L’incarcération dans le monde

Pour comprendre les mécanismes de l’incarcération en France, il est utile de la comparer à d’autres pays.

Alors que Robert Badinter est reçu au Panthéon il est important de rappeler sa conviction profonde à propos de l’incarcération et de l’exemplarité : « lorsque les voyous commettent des infractions, ils ont d’abord la certitude de ne pas se faire prendre ; ils ne commettent pas leurs infractions avec un code pénal sous le bras : c’est la réalité, ne l’oublions pas ». L’incarcération et la lourdeur des sanctions sont-elles les seules et meilleures réponses aux crimes et aux délits ? Mais il n’est pas ici question de promouvoir un supposé laxisme mettant en péril la sécurité de la société entière. La sanction doit exister en réponse à un crime ou un délit. Se soucier du sort des délinquants, assurer leur défense et leur dignité ne peut se faire au détriment du sort des victimes ou des proches des victimes.

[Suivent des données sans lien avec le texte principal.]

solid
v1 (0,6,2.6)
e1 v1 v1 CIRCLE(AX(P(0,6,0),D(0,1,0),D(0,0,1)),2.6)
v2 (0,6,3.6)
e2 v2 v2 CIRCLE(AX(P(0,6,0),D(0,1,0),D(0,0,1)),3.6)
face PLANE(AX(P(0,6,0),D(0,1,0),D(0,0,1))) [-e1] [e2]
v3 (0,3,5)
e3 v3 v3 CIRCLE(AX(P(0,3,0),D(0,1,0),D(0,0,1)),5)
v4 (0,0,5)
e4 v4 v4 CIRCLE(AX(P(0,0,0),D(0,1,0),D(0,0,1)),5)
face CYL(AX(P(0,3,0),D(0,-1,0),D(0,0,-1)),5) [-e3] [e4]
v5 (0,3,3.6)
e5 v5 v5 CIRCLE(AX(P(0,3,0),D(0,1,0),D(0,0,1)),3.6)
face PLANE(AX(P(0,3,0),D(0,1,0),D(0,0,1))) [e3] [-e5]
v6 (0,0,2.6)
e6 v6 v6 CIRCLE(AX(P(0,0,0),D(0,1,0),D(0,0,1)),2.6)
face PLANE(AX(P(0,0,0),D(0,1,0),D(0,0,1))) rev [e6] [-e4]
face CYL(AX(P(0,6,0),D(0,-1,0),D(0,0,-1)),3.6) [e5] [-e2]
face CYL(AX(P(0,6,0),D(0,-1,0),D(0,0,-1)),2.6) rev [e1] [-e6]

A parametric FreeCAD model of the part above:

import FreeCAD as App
import Part
import Sketcher
Q = App.Units.Quantity

doc = App.newDocument("Part")
body = doc.addObject("PartDesign::Body", "Body")

# Sketch on XZ plane
sketch1 = body.newObject("Sketcher::SketchObject", "Sketch")
sketch1.AttachmentSupport = (doc.getObject("XZ_Plane"), [""])
sketch1.MapMode = "FlatFace"
sketch1.addGeometry(Part.Circle(App.Vector(0, 0, 0), App.Vector(0, 0, 1), 5), False)
sketch1.addConstraint(Sketcher.Constraint("Coincident", 0, 3, -1, 1))
sketch1.addConstraint(Sketcher.Constraint("Diameter", 0, Q("10 mm")))
pad1 = body.newObject("PartDesign::Pad", "Pad")
pad1.Profile = sketch1
pad1.Length = 3
pad1.Reversed = True

# Sketch on XZ plane
sketch2 = body.newObject("Sketcher::SketchObject", "Sketch001")
sketch2.AttachmentSupport = (doc.getObject("XZ_Plane"), [""])
sketch2.MapMode = "FlatFace"
sketch2.AttachmentOffset = App.Placement(App.Vector(0, 0, -3), App.Rotation())
sketch2.addGeometry(Part.Circle(App.Vector(0, 0, 0), App.Vector(0, 0, 1), 3.6), False)
sketch2.addConstraint(Sketcher.Constraint("Coincident", 0, 3, -1, 1))
sketch2.addConstraint(Sketcher.Constraint("Diameter", 0, Q("7.2 mm")))
pad2 = body.newObject("PartDesign::Pad", "Pad001")
pad2.Profile = sketch2
pad2.Length = 3
pad2.Reversed = True

# Sketch on XZ plane
sketch3 = body.newObject("Sketcher::SketchObject", "Sketch002")
sketch3.AttachmentSupport = (doc.getObject("XZ_Plane"), [""])
sketch3.MapMode = "FlatFace"
sketch3.addGeometry(Part.Circle(App.Vector(0, 0, 0), App.Vector(0, 0, 1), 2.6), False)
sketch3.addConstraint(Sketcher.Constraint("Coincident", 0, 3, -1, 1))
sketch3.addConstraint(Sketcher.Constraint("Diameter", 0, Q("5.2 mm")))
pocket1 = body.newObject("PartDesign::Pocket", "Pocket")
pocket1.Profile = sketch3
pocket1.Type = "ThroughAll"

doc.recompute()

Cependant l’article premier de la loi relative à l’individualisation des peines et renforçant l’efficacité des sanctions pénalesmentionne que, « afin d’assurer la protection de la société, de prévenir la commission de nouvelles infractions et de restaurer l’équilibre social, dans le respect des intérêts de la victime, la peine a pour fonctions :

1° De sanctionner l’auteur de l’infraction

2° De favoriser son amendement, son insertion ou sa réinsertion ». (art. 130-1 du code pénal)

La sanction n’est donc pas oubliée mais dès ce premier article l’accent est mis sur cette mission tout aussi essentielle pour l’institution judiciaire de favoriser la réinsertion dans le tissu social du criminel ou du délinquant. Comparons alors dans un premier temps la corrélation entre taux de criminalité et taux d’incarcération pour les pays suivants (le taux de criminalité est un index prenant en compte, pour comparer les pays, 23 facteurs de différentes études et le taux d’incarcération est le nombre de personnes détenues pour 100 000 habitants)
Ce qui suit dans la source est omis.